⟨

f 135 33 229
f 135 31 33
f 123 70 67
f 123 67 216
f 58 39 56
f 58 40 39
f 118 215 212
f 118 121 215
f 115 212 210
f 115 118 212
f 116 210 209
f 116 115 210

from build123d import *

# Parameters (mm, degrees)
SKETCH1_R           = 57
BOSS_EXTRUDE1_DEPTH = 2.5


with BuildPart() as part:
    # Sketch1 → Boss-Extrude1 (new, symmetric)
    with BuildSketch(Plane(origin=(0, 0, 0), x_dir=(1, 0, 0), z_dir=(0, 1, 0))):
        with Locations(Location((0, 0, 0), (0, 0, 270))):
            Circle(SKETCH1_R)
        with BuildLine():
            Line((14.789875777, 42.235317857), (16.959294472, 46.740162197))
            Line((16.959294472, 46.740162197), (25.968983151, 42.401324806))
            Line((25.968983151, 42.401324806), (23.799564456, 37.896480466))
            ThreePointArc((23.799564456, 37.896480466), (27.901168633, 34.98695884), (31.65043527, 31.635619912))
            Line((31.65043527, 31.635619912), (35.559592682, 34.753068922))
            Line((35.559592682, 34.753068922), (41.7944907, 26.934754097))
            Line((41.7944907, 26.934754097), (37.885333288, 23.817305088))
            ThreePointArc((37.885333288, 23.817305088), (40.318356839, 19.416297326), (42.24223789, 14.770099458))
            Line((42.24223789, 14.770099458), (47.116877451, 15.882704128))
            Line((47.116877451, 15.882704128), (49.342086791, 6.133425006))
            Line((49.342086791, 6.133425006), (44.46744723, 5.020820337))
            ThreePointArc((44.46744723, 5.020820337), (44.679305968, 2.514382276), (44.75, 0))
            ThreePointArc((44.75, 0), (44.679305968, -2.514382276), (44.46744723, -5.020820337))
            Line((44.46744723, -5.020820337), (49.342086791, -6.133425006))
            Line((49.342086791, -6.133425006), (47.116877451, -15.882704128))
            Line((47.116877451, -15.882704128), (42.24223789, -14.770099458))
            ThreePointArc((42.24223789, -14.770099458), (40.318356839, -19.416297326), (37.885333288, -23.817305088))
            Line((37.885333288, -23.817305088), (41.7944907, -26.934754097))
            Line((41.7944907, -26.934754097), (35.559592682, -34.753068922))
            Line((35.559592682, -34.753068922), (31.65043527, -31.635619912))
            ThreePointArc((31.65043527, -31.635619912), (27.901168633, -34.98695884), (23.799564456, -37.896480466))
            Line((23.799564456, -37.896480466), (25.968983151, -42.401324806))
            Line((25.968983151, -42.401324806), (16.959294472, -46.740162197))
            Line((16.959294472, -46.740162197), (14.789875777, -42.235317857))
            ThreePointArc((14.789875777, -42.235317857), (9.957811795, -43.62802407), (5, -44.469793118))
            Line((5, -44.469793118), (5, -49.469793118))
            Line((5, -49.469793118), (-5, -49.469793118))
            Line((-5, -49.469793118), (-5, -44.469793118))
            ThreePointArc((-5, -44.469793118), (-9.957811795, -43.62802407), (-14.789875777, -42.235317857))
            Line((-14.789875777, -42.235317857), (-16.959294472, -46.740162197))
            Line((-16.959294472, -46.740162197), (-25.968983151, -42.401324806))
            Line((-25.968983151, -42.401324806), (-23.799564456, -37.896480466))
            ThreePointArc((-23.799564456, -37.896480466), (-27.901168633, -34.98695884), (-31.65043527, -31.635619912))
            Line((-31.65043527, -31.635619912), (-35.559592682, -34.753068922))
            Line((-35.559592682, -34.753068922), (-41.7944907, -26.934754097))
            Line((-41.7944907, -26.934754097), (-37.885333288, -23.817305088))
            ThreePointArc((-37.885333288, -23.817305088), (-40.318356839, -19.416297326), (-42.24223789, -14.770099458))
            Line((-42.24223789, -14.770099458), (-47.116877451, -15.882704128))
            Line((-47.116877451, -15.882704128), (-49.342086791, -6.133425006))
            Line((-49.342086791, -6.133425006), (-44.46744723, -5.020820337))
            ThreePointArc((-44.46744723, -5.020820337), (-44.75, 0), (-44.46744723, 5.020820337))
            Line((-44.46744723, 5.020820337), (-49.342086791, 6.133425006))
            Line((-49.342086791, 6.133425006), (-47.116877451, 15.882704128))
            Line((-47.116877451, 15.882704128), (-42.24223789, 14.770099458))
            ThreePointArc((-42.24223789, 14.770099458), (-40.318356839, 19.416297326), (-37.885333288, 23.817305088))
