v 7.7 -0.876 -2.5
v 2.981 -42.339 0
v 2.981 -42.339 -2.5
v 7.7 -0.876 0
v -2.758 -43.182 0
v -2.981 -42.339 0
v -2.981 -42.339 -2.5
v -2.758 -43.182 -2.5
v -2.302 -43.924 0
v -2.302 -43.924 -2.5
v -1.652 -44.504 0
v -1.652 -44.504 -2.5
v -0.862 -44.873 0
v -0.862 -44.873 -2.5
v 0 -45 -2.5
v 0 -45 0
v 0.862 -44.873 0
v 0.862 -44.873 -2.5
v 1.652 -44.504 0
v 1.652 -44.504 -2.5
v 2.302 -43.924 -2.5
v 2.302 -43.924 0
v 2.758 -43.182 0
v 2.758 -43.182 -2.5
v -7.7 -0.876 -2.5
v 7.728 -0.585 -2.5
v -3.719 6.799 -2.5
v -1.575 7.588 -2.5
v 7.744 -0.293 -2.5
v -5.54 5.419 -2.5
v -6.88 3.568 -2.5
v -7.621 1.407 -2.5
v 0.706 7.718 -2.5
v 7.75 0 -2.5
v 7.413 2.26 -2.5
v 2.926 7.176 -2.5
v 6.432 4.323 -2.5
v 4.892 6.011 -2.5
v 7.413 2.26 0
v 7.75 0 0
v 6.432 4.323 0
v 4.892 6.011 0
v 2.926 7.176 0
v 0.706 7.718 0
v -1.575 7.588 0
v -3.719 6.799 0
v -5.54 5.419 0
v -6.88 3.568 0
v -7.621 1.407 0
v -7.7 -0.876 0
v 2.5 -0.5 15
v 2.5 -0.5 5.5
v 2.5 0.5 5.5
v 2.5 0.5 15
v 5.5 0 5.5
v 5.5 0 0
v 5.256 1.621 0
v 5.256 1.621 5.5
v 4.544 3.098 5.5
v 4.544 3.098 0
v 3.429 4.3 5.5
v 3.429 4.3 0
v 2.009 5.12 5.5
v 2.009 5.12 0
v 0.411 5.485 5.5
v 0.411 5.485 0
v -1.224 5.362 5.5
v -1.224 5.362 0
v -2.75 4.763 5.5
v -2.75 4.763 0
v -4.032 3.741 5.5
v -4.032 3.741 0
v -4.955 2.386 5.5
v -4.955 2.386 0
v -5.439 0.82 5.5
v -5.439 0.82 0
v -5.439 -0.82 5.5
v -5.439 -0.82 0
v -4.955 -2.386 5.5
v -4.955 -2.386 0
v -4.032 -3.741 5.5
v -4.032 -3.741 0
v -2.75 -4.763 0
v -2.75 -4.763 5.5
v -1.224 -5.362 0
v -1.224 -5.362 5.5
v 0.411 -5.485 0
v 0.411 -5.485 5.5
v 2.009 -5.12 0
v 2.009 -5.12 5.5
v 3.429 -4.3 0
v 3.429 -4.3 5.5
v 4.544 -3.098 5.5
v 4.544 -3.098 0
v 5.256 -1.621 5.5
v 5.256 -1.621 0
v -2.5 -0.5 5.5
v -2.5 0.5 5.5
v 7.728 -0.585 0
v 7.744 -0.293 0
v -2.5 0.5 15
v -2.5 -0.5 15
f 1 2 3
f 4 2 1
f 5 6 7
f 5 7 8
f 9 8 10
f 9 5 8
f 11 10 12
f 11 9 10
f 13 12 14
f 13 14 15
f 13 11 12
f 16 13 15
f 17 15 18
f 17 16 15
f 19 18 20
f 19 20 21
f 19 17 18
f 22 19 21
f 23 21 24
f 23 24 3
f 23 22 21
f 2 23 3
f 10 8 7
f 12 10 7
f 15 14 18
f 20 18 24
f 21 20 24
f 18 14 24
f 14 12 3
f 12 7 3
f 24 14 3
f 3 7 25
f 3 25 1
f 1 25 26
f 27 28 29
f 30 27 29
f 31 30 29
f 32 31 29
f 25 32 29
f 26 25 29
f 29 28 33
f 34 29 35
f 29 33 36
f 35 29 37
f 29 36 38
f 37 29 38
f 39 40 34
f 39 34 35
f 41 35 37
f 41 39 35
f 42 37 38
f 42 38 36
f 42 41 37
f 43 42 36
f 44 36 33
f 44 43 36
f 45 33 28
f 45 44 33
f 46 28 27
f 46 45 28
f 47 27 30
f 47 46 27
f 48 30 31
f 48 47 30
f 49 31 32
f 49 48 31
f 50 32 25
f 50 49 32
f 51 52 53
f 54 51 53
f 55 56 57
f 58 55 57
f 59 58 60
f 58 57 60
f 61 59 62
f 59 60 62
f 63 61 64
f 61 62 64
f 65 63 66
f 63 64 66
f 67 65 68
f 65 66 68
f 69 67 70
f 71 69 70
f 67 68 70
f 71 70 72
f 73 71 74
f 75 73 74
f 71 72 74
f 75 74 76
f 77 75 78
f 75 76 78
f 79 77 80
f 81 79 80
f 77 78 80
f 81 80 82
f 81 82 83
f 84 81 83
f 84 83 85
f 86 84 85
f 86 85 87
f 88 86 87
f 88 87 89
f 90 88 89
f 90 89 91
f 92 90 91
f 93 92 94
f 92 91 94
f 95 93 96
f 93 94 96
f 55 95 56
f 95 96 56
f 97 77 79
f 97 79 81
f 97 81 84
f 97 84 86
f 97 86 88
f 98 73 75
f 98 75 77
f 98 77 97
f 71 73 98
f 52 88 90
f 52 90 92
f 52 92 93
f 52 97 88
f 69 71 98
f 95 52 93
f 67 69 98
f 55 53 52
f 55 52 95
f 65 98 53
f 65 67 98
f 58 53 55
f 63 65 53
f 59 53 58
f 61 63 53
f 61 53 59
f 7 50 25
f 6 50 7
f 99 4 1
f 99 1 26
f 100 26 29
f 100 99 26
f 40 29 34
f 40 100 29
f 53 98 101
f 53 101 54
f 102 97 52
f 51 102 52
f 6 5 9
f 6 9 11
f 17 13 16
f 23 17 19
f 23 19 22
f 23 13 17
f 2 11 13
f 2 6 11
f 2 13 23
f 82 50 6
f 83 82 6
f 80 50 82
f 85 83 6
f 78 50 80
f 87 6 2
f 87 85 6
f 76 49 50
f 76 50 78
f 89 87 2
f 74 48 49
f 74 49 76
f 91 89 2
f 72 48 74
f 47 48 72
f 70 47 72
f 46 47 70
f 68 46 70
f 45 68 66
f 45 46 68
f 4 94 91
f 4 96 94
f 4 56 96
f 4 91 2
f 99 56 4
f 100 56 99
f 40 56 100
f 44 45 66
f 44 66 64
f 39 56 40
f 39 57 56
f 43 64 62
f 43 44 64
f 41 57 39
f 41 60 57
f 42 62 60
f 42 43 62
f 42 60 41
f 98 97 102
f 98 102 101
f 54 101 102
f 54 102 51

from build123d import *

# Parameters (mm, degrees)
F0_W     = 5
F0_H     = 1
F1_DEPTH = 15
F0_R     = 5.5
F2_DEPTH = 5.5
F3_DEPTH = 2.5


with BuildPart() as f1:
    # F0 (on Top) → F1 (new body)
    with BuildSketch(Plane.XY):
        Rectangle(F0_W, F0_H)
    extrude(amount=F1_DEPTH)

    # F0 (on Top) → F2 (join)
    with BuildSketch(Plane.XY):
        Circle(F0_R)
        Rectangle(F0_W, F0_H, mode=Mode.SUBTRACT)
    extrude(amount=F2_DEPTH)

    # F0 (on Top) → F3 (join)
    with BuildSketch(Plane.XY):
        with BuildLine():
            ThreePointArc((7.7002771781, -0.8764880952), (0, -7.75), (-7.7002771781, -0.8764880952))
            Line((-7.7002771781, -0.8764880952), (-2.980752456, -42.3392857143))
            ThreePointArc((-2.980752456, -42.3392857143), (-0.1699156143, -39.0048157512), (3, -42))
            ThreePointArc((3, -42), (2.9951842488, -42.1699156143), (2.980752456, -42.3392857143))
            Line((2.980752456, -42.3392857143), (7.7002771781, -0.8764880952))
        make_face()
        with BuildLine():
            ThreePointArc((7.7002771781, -0.8764880952), (7.7375593093, -0.4389486702), (7.75, 0))
            ThreePointArc((7.75, 0), (-0.4389486702, 7.7375593093), (-7.7002771781, -0.8764880952))
            ThreePointArc((-7.7002771781, -0.8764880952), (0, -7.75), (7.7002771781, -0.8764880952))
        make_face()
        Circle(F0_R, mode=Mode.SUBTRACT)
        Circle(F0_R)
        Rectangle(F0_W, F0_H, mode=Mode.SUBTRACT)
        with BuildLine():
            ThreePointArc((3, -42), (-0.1699156143, -39.0048157512), (-2.980752456, -42.3392857143))
            ThreePointArc((-2.980752456, -42.3392857143), (0, -45), (2.980752456, -42.3392857143))
            ThreePointArc((2.980752456, -42.3392857143), (2.9951842488, -42.1699156143), (3, -42))
        make_face()
        Rectangle(F0_W, F0_H)
    extrude(amount=-F3_DEPTH)


solid = f1.part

⟩

■ Task item ■
The line with "Line((35.559592682, 34.753068922), (41.7944907, 26.934754097))" is the last to include; transcribe exactly every line from the top of the material above down to it.

■ Answer space ■
f 135 33 229
f 135 31 33
f 123 70 67
f 123 67 216
f 58 39 56
f 58 40 39
f 118 215 212
f 118 121 215
f 115 212 210
f 115 118 212
f 116 210 209
f 116 115 210

from build123d import *

# Parameters (mm, degrees)
SKETCH1_R           = 57
BOSS_EXTRUDE1_DEPTH = 2.5


with BuildPart() as part:
    # Sketch1 → Boss-Extrude1 (new, symmetric)
    with BuildSketch(Plane(origin=(0, 0, 0), x_dir=(1, 0, 0), z_dir=(0, 1, 0))):
        with Locations(Location((0, 0, 0), (0, 0, 270))):
            Circle(SKETCH1_R)
        with BuildLine():
            Line((14.789875777, 42.235317857), (16.959294472, 46.740162197))
            Line((16.959294472, 46.740162197), (25.968983151, 42.401324806))
            Line((25.968983151, 42.401324806), (23.799564456, 37.896480466))
            ThreePointArc((23.799564456, 37.896480466), (27.901168633, 34.98695884), (31.65043527, 31.635619912))
            Line((31.65043527, 31.635619912), (35.559592682, 34.753068922))
            Line((35.559592682, 34.753068922), (41.7944907, 26.934754097))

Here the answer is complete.